It was with great interest that we read the article by Guo et al. ¹ in which authors conclude that in newly diagnosed Chinese patients affected by normal-tension glaucoma (NTG), Ginkgo biloba extract (GBE) has no effect on mean defect and contrast sensitivity. These results are in contrast with our previous results, ² but we think that differences in patient selection can partially explain these negative results. 

Firstly, eligibility criterion based on intraocular pressure (IOP) was assessed throughout a diurnal curve, with no measurement taken at nighttime or at least in supine position. In our trials we deemed mandatory to limit the risk of false diagnosis of NTG with IOP values of more than 21 mm Hg during either daytime or nighttime, because it accounts for between 11% and 20% of the suspected cases of NTG. ³ This is a standard procedure for the diagnosis of NTG for either clinical or research purposes. 

Secondly, NTG is a group of optic neuropathies sharing a slow progressive degeneration of retinal ganglion cells and their axons, resulting in typical optic disc damage, visual field defects compatible with the glaucomatous cupping. The requirement that the disease be progressive is controversial, since NTG usually is a progressive disease, although this may not be manifest for several years. Nevertheless, the progressive nature of the disease should always be borne in mind, because this will help distinguish true NTG from an isolated ischemic event that may mimic it in terms of optic disc and visual field appearances. ⁴ Differently from our study, Guo et al. ¹ did not report on the progressive nature of disease, since they recruited patients at first diagnosis of NTG. 

Thirdly, we excluded patients with systemic and/or local treatments to avoid any interference of concomitant therapies, and to better understand the effect of GBE administration. No mention is made by Guo et al. ¹ about the absence of systemic treatments. Since several systemic treatments can strongly affect peripheral vascular autoregulation, thus interfering with vasodilatory properties of GBE, ⁵ this could explain the lack of efficacy of GBE on visual field and contrast sensitivity. Furthermore, it is well established that the use of some topical hypotensive drugs can result in a significant reduction of blood and/or ocular perfusion pressures, despite the lowering of IOP. ^6,7 It would be important to know whether NTG patients enrolled in the study were receiving treatment with topical β-blockers or α-agonists, because a further reduction of ocular perfusion pressure induced by these drugs should be responsible for the observed lack of effect of GBE. 

Again, patients were not investigated for Raynaud's syndrome and other peripheral vascular diseases, common in Caucasian populations affected by NTG. In our previous investigation on GBE, the number of patients affected by Raynaud's syndrome was 18 of 27 (66.6%). Only in these eyes did GBE administration induce an improvement of visual field damage (Fig.). In fact, cerebral small-vessel ischemia is more common in NTG patients than in normal subjects. ⁸ It is therefore reasonable to assume that GBE administration improves not only visual field indices via increased cerebral blood flow, but also ocular blood flow, and thereby retinal sensitivity, as well as concentration and alertness. 

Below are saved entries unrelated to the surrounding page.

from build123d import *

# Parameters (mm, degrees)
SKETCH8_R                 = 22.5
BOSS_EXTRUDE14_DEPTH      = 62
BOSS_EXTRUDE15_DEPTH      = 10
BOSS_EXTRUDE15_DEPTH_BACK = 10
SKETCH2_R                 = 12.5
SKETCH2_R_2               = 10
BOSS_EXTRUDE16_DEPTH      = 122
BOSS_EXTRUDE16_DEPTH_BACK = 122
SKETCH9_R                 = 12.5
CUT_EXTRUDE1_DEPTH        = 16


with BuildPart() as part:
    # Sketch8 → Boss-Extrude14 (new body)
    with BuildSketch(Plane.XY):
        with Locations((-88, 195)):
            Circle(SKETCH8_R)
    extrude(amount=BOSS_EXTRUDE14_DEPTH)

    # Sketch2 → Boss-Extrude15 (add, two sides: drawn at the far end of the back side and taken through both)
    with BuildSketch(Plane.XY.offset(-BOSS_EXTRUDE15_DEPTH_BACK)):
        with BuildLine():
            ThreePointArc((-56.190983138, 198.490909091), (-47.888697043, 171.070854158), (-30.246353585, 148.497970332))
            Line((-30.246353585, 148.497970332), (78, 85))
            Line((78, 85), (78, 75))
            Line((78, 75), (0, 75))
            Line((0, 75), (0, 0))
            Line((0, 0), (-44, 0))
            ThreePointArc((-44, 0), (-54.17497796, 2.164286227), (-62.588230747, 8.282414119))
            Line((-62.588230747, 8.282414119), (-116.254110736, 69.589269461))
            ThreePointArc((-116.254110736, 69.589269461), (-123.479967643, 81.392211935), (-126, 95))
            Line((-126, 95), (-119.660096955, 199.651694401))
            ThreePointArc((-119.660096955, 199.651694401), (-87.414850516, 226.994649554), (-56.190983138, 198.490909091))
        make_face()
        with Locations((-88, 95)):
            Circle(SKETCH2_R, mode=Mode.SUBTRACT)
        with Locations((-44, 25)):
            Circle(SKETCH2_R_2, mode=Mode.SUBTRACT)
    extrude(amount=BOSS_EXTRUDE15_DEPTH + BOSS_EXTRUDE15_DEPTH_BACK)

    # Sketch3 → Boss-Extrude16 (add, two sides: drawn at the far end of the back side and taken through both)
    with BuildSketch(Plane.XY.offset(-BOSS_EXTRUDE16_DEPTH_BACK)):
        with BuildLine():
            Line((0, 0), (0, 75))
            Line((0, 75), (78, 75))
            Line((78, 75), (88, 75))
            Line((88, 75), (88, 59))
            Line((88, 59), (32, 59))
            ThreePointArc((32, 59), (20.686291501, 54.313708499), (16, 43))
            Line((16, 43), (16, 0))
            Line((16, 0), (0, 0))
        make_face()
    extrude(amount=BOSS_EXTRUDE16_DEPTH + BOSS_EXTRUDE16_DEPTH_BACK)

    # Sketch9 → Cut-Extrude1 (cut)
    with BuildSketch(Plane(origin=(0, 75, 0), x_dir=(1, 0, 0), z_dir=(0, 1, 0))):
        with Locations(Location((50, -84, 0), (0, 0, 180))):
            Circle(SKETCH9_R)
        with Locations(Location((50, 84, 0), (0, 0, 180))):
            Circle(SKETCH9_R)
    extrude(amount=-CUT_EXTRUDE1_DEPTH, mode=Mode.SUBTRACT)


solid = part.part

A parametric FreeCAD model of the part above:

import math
import FreeCAD as App
import Part
import Sketcher
from FreeCAD import Vector

doc = App.newDocument("Part")
body = doc.addObject("PartDesign::Body", "Body")

sketch1 = doc.addObject("Sketcher::SketchObject", "Sketch")
body.addObject(sketch1)
sketch1.AttachmentSupport = (doc.XY_Plane, [""])
sketch1.MapMode = "FlatFace"
sketch1.addGeometry(Part.Circle(Vector(-88, 195, 0), Vector(0, 0, 1), 22), False)
sketch1.addConstraint([
    Sketcher.Constraint("Diameter", 0, 45.0),
    Sketcher.Constraint("DistanceX", 0, 3, -1, 1, 88.0),
    Sketcher.Constraint("DistanceY", -1, 1, 0, 3, 195.0),
])
pad1 = doc.addObject("PartDesign::Pad", "Pad")
body.addObject(pad1)
pad1.Profile = sketch1
pad1.Length = 62

sketch2 = doc.addObject("Sketcher::SketchObject", "Sketch001")
body.addObject(sketch2)
sketch2.AttachmentSupport = (doc.XY_Plane, [""])
sketch2.MapMode = "FlatFace"
sketch2.addGeometry([
    Part.ArcOfCircle(Part.Circle(Vector(21, 207, 0), Vector(0, 0, 1), 78), math.radians(-174), math.radians(-131)),
    Part.ArcOfCircle(Part.Circle(Vector(-88, 195, 0), Vector(0, 0, 1), 32), math.radians(6), math.radians(172)),
    Part.LineSegment(Vector(-120, 200, 0), Vector(-126, 95, 0)),
    Part.ArcOfCircle(Part.Circle(Vector(-88, 95, 0), Vector(0, 0, 1), 38), math.radians(-180), math.radians(-138)),
    Part.LineSegment(Vector(-116, 70, 0), Vector(-63, 8, 0)),
    Part.ArcOfCircle(Part.Circle(Vector(-44, 25, 0), Vector(0, 0, 1), 25), math.radians(-138), math.radians(-90)),
    Part.LineSegment(Vector(-44, 0, 0), Vector(0, 0, 0)),
    Part.LineSegment(Vector(0, 0, 0), Vector(0, 75, 0)),
    Part.LineSegment(Vector(0, 75, 0), Vector(78, 75, 0)),
    Part.LineSegment(Vector(78, 75, 0), Vector(78, 85, 0)),
    Part.LineSegment(Vector(78, 85, 0), Vector(-30, 148, 0)),
    Part.Circle(Vector(-44, 25, 0), Vector(0, 0, 1), 10),
    Part.Circle(Vector(-88, 95, 0), Vector(0, 0, 1), 12),
], False)
sketch2.addConstraint([
    Sketcher.Constraint("Tangent", 0, 1, 1, 1),
    Sketcher.Constraint("Coincident", 1, 2, 2, 1),
    Sketcher.Constraint("Coincident", 2, 2, 3, 1),
    Sketcher.Constraint("Coincident", 3, 2, 4, 1),
    Sketcher.Constraint("Coincident", 4, 2, 5, 1),
    Sketcher.Constraint("Tangent", 5, 2, 6, 1),
    Sketcher.Constraint("Coincident", 6, 2, 7, 1),
    Sketcher.Constraint("Coincident", 7, 2, 8, 1),
    Sketcher.Constraint("Coincident", 8, 2, 9, 1),
    Sketcher.Constraint("Coincident", 9, 2, 10, 1),
    Sketcher.Constraint("Coincident", 10, 2, 0, 2),
    Sketcher.Constraint("Horizontal", 6),
    Sketcher.Constraint("Vertical", 7),
    Sketcher.Constraint("Horizontal", 8),
    Sketcher.Constraint("Vertical", 9),
    Sketcher.Constraint("Coincident", 6, 2, -1, 1),
    Sketcher.Constraint("Coincident", 11, 3, 5, 3),
    Sketcher.Constraint("Coincident", 12, 3, 3, 3),
    Sketcher.Constraint("Horizontal", 12, 3, 2, 2),
    Sketcher.Constraint("Vertical", 1, 3, 3, 3),
    Sketcher.Constraint("Diameter", 11, 20.0),
    Sketcher.Constraint("Diameter", 12, 25.0),
    Sketcher.Constraint("Radius", 0, 78.0),
    Sketcher.Constraint("Radius", 1, 32.0),
    Sketcher.Constraint("Radius", 3, 38.0),
    Sketcher.Constraint("Radius", 5, 25.0),
    Sketcher.Constraint("DistanceX", 6, 1, 6, 2, 44.0),
    Sketcher.Constraint("DistanceX", 8, 1, 8, 2, 78.0),
    Sketcher.Constraint("DistanceY", 7, 1, 7, 2, 75.0),
    Sketcher.Constraint("DistanceY", 9, 1, 9, 2, 10.0),
    Sketcher.Constraint("DistanceY", -1, 1, 0, 3, 207.0),
    Sketcher.Constraint("DistanceX", 1, 3, -1, 1, 88.0),
    Sketcher.Constraint("DistanceY", -1, 1, 1, 3, 195.0),
    Sketcher.Constraint("DistanceY", -1, 1, 3, 3, 95.0),
    Sketcher.Constraint("Distance", 4, 81.477342),
    Sketcher.Constraint("DistanceX", 3, 2, -1, 1, 116.254111),
    Sketcher.Constraint("DistanceY", -1, 1, 10, 2, 148.49797),
    Sketcher.Constraint("Distance", 2, 104.843557),
])
pad2 = doc.addObject("PartDesign::Pad", "Pad001")
body.addObject(pad2)
pad2.Profile = sketch2
pad2.Type = "TwoLengths"
pad2.Length = 10
pad2.Length2 = 10

sketch3 = doc.addObject("Sketcher::SketchObject", "Sketch002")
body.addObject(sketch3)
sketch3.AttachmentSupport = (doc.XY_Plane, [""])
sketch3.MapMode = "FlatFace"
sketch3.addGeometry([
    Part.LineSegment(Vector(0, 75, 0), Vector(0, 0, 0)),
    Part.LineSegment(Vector(0, 0, 0), Vector(16, 0, 0)),
    Part.LineSegment(Vector(16, 0, 0), Vector(16, 43, 0)),
    Part.ArcOfCircle(Part.Circle(Vector(32, 43, 0), Vector(0, 0, 1), 16), math.radians(90), math.radians(180)),
    Part.LineSegment(Vector(32, 59, 0), Vector(88, 59, 0)),
    Part.LineSegment(Vector(88, 59, 0), Vector(88, 75, 0)),
    Part.LineSegment(Vector(88, 75, 0), Vector(0, 75, 0)),
], False)
sketch3.addConstraint([
    Sketcher.Constraint("Coincident", 0, 2, 1, 1),
    Sketcher.Constraint("Coincident", 1, 2, 2, 1),
    Sketcher.Constraint("Tangent", 2, 2, 3, 2),
    Sketcher.Constraint("Tangent", 3, 1, 4, 1),
    Sketcher.Constraint("Coincident", 4, 2, 5, 1),
    Sketcher.Constraint("Coincident", 5, 2, 6, 1),
    Sketcher.Constraint("Coincident", 6, 2, 0, 1),
    Sketcher.Constraint("Vertical", 0),
    Sketcher.Constraint("Horizontal", 1),
    Sketcher.Constraint("Vertical", 2),
    Sketcher.Constraint("Horizontal", 4),
    Sketcher.Constraint("Vertical", 5),
    Sketcher.Constraint("Horizontal", 6),
    Sketcher.Constraint("Coincident", 0, 2, -1, 1),
    Sketcher.Constraint("Equal", 1, 5),
    Sketcher.Constraint("Radius", 3, 16.0),
    Sketcher.Constraint("DistanceX", 1, 1, 1, 2, 16.0),
    Sketcher.Constraint("DistanceX", 4, 1, 4, 2, 56.0),
    Sketcher.Constraint("DistanceY", 0, 2, 0, 1, 75.0),
])
pad3 = doc.addObject("PartDesign::Pad", "Pad002")
body.addObject(pad3)
pad3.Profile = sketch3
pad3.Type = "TwoLengths"
pad3.Length = 122
pad3.Length2 = 122

sketch4 = doc.addObject("Sketcher::SketchObject", "Sketch003")
body.addObject(sketch4)
sketch4.AttachmentSupport = (doc.XZ_Plane, [""])
sketch4.MapMode = "FlatFace"
sketch4.AttachmentOffset = App.Placement(Vector(0, 0, -75), App.Rotation())
sketch4.addGeometry([
    Part.Circle(Vector(50, 84, 0), Vector(0, 0, 1), 12),
    Part.Circle(Vector(50, -84, 0), Vector(0, 0, 1), 12),
], False)
sketch4.addConstraint([
    Sketcher.Constraint("Equal", 0, 1),
    Sketcher.Constraint("Symmetric", 0, 3, 1, 3, -1),
    Sketcher.Constraint("Diameter", 0, 25.0),
    Sketcher.Constraint("DistanceX", -1, 1, 0, 3, 50.0),
    Sketcher.Constraint("DistanceY", -1, 1, 0, 3, 84.0),
])
pocket1 = doc.addObject("PartDesign::Pocket", "Pocket")
body.addObject(pocket1)
pocket1.Profile = sketch4
pocket1.Length = 16
pocket1.Reversed = True

doc.recompute()
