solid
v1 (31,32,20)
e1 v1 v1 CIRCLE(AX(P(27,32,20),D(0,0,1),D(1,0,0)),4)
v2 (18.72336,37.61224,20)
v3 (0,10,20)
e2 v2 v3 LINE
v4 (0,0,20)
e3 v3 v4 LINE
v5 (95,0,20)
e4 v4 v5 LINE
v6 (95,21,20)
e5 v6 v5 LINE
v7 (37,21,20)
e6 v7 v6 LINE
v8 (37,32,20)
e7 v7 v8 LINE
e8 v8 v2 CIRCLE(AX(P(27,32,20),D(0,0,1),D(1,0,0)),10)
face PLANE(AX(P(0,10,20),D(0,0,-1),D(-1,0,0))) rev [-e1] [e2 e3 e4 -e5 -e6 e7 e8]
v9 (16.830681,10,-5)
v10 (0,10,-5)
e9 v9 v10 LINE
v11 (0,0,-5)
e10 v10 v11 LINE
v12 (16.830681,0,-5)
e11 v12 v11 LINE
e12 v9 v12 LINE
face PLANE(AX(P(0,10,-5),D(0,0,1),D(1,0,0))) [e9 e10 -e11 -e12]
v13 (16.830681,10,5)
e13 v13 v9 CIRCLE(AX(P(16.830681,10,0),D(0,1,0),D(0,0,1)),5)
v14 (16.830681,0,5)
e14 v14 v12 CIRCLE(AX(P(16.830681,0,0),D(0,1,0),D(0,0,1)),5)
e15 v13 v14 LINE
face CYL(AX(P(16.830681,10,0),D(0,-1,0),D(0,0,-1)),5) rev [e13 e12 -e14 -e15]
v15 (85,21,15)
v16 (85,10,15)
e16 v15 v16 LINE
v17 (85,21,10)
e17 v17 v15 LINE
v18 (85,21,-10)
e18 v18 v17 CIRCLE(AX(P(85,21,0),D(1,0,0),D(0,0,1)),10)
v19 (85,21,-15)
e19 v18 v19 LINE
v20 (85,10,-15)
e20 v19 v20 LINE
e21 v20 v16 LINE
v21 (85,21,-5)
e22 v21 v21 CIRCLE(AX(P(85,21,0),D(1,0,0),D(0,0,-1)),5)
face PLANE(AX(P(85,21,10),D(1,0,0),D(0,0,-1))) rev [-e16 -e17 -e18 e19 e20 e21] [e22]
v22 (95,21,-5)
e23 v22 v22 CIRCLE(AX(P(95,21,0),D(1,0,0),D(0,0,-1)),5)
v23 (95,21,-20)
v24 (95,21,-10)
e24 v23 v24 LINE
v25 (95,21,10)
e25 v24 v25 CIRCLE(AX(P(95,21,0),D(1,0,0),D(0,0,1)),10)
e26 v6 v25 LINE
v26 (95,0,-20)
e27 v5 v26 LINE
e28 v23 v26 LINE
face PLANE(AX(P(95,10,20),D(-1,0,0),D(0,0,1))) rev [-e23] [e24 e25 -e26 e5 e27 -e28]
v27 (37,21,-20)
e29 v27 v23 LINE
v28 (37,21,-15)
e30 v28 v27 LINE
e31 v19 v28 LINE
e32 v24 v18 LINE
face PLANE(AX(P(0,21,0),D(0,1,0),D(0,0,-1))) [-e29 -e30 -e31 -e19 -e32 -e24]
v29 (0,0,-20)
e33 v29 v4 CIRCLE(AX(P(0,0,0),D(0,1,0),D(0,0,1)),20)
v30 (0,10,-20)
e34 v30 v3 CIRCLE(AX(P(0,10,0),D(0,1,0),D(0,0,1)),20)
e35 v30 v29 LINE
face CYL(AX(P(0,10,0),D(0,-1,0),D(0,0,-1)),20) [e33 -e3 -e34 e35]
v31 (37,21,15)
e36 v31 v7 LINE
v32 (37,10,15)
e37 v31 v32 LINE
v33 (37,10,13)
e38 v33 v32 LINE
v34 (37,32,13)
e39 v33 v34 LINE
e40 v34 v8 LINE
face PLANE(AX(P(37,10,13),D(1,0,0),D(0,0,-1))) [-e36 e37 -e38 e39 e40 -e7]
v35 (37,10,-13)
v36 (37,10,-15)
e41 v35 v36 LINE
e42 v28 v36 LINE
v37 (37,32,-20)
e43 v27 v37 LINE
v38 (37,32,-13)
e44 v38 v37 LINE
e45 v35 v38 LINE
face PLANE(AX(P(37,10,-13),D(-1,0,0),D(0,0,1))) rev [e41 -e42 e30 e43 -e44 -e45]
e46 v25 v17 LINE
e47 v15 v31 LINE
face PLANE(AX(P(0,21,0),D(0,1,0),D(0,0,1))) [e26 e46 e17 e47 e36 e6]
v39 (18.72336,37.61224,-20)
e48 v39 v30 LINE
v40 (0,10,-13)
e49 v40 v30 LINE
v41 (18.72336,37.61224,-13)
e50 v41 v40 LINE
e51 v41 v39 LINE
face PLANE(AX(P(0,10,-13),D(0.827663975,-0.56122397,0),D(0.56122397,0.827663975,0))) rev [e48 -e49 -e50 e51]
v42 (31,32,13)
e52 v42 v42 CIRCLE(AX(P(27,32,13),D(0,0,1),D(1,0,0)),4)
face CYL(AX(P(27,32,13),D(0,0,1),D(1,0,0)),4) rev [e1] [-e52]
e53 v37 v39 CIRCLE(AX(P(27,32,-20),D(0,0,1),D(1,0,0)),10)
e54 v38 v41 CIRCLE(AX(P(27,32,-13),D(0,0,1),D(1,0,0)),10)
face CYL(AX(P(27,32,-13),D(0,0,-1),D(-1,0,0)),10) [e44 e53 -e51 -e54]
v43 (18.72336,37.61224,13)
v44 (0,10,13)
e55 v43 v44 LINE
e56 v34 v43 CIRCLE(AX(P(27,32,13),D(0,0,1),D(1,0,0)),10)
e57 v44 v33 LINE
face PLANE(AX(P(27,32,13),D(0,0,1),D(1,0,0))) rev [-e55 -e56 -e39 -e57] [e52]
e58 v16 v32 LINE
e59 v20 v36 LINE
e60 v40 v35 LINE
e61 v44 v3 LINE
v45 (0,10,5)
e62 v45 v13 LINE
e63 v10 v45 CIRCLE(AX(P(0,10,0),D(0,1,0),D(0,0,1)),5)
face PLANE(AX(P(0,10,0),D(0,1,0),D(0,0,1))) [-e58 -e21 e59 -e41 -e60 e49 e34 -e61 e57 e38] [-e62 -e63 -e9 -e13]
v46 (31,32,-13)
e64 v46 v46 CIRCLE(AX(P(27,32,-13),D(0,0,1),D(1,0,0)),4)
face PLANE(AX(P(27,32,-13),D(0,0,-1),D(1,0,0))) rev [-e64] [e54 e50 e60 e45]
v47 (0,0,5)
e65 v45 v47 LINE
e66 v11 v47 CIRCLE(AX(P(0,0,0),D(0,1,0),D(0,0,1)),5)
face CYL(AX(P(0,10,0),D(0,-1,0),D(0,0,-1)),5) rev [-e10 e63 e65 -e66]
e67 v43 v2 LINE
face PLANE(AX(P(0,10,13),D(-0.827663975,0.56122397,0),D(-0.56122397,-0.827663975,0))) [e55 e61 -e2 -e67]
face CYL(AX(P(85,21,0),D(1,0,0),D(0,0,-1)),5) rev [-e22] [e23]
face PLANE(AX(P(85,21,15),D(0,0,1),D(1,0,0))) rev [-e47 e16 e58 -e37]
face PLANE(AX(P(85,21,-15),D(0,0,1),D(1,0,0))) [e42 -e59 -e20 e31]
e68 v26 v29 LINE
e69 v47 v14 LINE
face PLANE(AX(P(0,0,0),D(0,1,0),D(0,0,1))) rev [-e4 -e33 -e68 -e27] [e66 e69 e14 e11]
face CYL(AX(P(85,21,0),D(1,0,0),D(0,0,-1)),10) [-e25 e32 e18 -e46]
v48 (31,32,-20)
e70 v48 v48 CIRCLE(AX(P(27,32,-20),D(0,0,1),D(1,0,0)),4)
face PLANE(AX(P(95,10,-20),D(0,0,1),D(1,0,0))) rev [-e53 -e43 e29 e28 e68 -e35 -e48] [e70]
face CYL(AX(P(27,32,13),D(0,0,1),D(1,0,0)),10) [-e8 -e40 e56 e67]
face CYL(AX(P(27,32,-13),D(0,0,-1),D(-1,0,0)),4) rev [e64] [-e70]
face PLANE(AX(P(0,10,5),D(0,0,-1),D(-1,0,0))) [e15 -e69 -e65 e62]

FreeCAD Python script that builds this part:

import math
import FreeCAD as App
import Part
import Sketcher

V = App.Vector
Q = App.Units.Quantity


def add_polygon(sketch, points):
    """Adds a closed chain of lines whose ends are joined by coincident constraints."""
    first, n = sketch.GeometryCount, len(points)
    for a, b in zip(points, points[1:] + points[:1]):
        sketch.addGeometry(Part.LineSegment(App.Vector(*a, 0), App.Vector(*b, 0)), False)
    for i in range(n):
        sketch.addConstraint(Sketcher.Constraint("Coincident", first + i, 2, first + (i + 1) % n, 1))

doc = App.newDocument("Part")
body = doc.addObject("PartDesign::Body", "Body")

# Sketch on XZ plane
sketch1 = body.newObject("Sketcher::SketchObject", "Sketch")
sketch1.AttachmentSupport = (doc.getObject("XZ_Plane"), [""])
sketch1.MapMode = "FlatFace"
sketch1.addGeometry(Part.LineSegment(V(0, 20, 0), V(95, 20, 0)), False)
sketch1.addGeometry(Part.LineSegment(V(95, 20, 0), V(95, -20, 0)), False)
sketch1.addGeometry(Part.LineSegment(V(95, -20, 0), V(0, -20, 0)), False)
sketch1.addGeometry(Part.ArcOfCircle(Part.Circle(V(0, 0, 0), V(0, 0, 1), 20), math.radians(90), math.radians(270)), False)
sketch1.addGeometry(Part.LineSegment(V(17, 5, 0), V(0, 5, 0)), False)
sketch1.addGeometry(Part.ArcOfCircle(Part.Circle(V(0, 0, 0), V(0, 0, 1), 5), math.radians(90), math.radians(270)), False)
sketch1.addGeometry(Part.LineSegment(V(0, -5, 0), V(17, -5, 0)), False)
sketch1.addGeometry(Part.ArcOfCircle(Part.Circle(V(17, 0, 0), V(0, 0, 1), 5), math.radians(-90), math.radians(90)), False)
sketch1.addConstraint(Sketcher.Constraint("Coincident", 0, 2, 1, 1))
sketch1.addConstraint(Sketcher.Constraint("Coincident", 1, 2, 2, 1))
sketch1.addConstraint(Sketcher.Constraint("Tangent", 2, 2, 3, 2))
sketch1.addConstraint(Sketcher.Constraint("Tangent", 3, 1, 0, 1))
sketch1.addConstraint(Sketcher.Constraint("Tangent", 4, 2, 5, 1))
sketch1.addConstraint(Sketcher.Constraint("Tangent", 5, 2, 6, 1))
sketch1.addConstraint(Sketcher.Constraint("Tangent", 6, 2, 7, 1))
sketch1.addConstraint(Sketcher.Constraint("Tangent", 7, 2, 4, 1))
sketch1.addConstraint(Sketcher.Constraint("Horizontal", 0))
sketch1.addConstraint(Sketcher.Constraint("Vertical", 1))
sketch1.addConstraint(Sketcher.Constraint("Horizontal", 2))
sketch1.addConstraint(Sketcher.Constraint("Horizontal", 4))
sketch1.addConstraint(Sketcher.Constraint("Horizontal", 6))
sketch1.addConstraint(Sketcher.Constraint("Coincident", 3, 3, -1, 1))
sketch1.addConstraint(Sketcher.Constraint("Coincident", 5, 3, -1, 1))
sketch1.addConstraint(Sketcher.Constraint("Radius", 3, Q("20 mm")))
sketch1.addConstraint(Sketcher.Constraint("Radius", 5, Q("5 mm")))
sketch1.addConstraint(Sketcher.Constraint("DistanceX", 0, 1, 0, 2, Q("95 mm")))
sketch1.addConstraint(Sketcher.Constraint("DistanceX", 4, 2, 4, 1, Q("16.830681 mm")))
pad1 = body.newObject("PartDesign::Pad", "Pad")
pad1.Profile = sketch1
pad1.Length = 10
pad1.Reversed = True

# Sketch on XY plane
sketch2 = body.newObject("Sketcher::SketchObject", "Sketch001")
sketch2.AttachmentSupport = (doc.getObject("XY_Plane"), [""])
sketch2.MapMode = "FlatFace"
sketch2.AttachmentOffset = App.Placement(V(0, 0, 20), App.Rotation())
sketch2.addGeometry(Part.LineSegment(V(0, 10, 0), V(37, 10, 0)), False)
sketch2.addGeometry(Part.LineSegment(V(37, 10, 0), V(37, 32, 0)), False)
sketch2.addGeometry(Part.ArcOfCircle(Part.Circle(V(27, 32, 0), V(0, 0, 1), 10), math.radians(0), math.radians(146)), False)
sketch2.addGeometry(Part.LineSegment(V(18.7, 37.6, 0), V(0, 10, 0)), False)
sketch2.addGeometry(Part.Circle(V(27, 32, 0), V(0, 0, 1), 4), False)
sketch2.addConstraint(Sketcher.Constraint("Coincident", 0, 2, 1, 1))
sketch2.addConstraint(Sketcher.Constraint("Tangent", 1, 2, 2, 1))
sketch2.addConstraint(Sketcher.Constraint("Tangent", 2, 2, 3, 1))
sketch2.addConstraint(Sketcher.Constraint("Coincident", 3, 2, 0, 1))
sketch2.addConstraint(Sketcher.Constraint("Horizontal", 0))
sketch2.addConstraint(Sketcher.Constraint("Vertical", 1))
sketch2.addConstraint(Sketcher.Constraint("Coincident", 4, 3, 2, 3))
sketch2.addConstraint(Sketcher.Constraint("PointOnObject", 3, 2, -2))
sketch2.addConstraint(Sketcher.Constraint("Diameter", 4, Q("8 mm")))
sketch2.addConstraint(Sketcher.Constraint("Radius", 2, Q("10 mm")))
sketch2.addConstraint(Sketcher.Constraint("DistanceX", 0, 1, 0, 2, Q("37 mm")))
sketch2.addConstraint(Sketcher.Constraint("DistanceY", 1, 1, 1, 2, Q("22 mm")))
sketch2.addConstraint(Sketcher.Constraint("DistanceY", -1, 1, 2, 3, Q("32 mm")))
pad2 = body.newObject("PartDesign::Pad", "Pad001")
pad2.Profile = sketch2
pad2.Length = 7
pad2.Reversed = True
doc.recompute()

mirrored = body.newObject("PartDesign::Mirrored", "Mirrored")
mirrored.Originals = [pad2]
mirrored.MirrorPlane = (doc.getObject("XY_Plane"), [""])
body.Tip = mirrored

# Sketch on XZ plane
sketch3 = body.newObject("Sketcher::SketchObject", "Sketch002")
sketch3.AttachmentSupport = (doc.getObject("XZ_Plane"), [""])
sketch3.MapMode = "FlatFace"
sketch3.AttachmentOffset = App.Placement(V(0, 0, -10), App.Rotation())
add_polygon(sketch3, [(37, 20), (95, 20), (95, 10), (85, 10), (85, 15), (37, 15)])  # lines 0-5
sketch3.addConstraint(Sketcher.Constraint("Horizontal", 0))
sketch3.addConstraint(Sketcher.Constraint("Vertical", 1))
sketch3.addConstraint(Sketcher.Constraint("Horizontal", 2))
sketch3.addConstraint(Sketcher.Constraint("Vertical", 3))
sketch3.addConstraint(Sketcher.Constraint("Horizontal", 4))
sketch3.addConstraint(Sketcher.Constraint("Vertical", 5))
sketch3.addConstraint(Sketcher.Constraint("Equal", 2, 1))
sketch3.addConstraint(Sketcher.Constraint("Equal", 3, 5))
sketch3.addConstraint(Sketcher.Constraint("DistanceX", 0, 1, 0, 2, Q("58 mm")))
sketch3.addConstraint(Sketcher.Constraint("DistanceX", 2, 2, 2, 1, Q("10 mm")))
sketch3.addConstraint(Sketcher.Constraint("DistanceX", -1, 1, 0, 2, Q("95 mm")))
sketch3.addConstraint(Sketcher.Constraint("DistanceY", -1, 1, 0, 2, Q("20 mm")))
pad3 = body.newObject("PartDesign::Pad", "Pad002")
pad3.Profile = sketch3
pad3.Length = 11
pad3.Reversed = True
doc.recompute()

In conclusion, we applaud the efforts to confirm our previous experience with GBE for the treatment of NTG patients. Differences in patient selection and introduction of several confounders (i.e., local and systemic medical therapies) do not allow to conclude that GBE is not effective as an adjuvant alternative treatment for NTG, whereas our data strongly support that GBE is able to induce an improvement of visual field damage in some NTG patients, by resolving peripheral vasospasm, and improving ocular perfusion.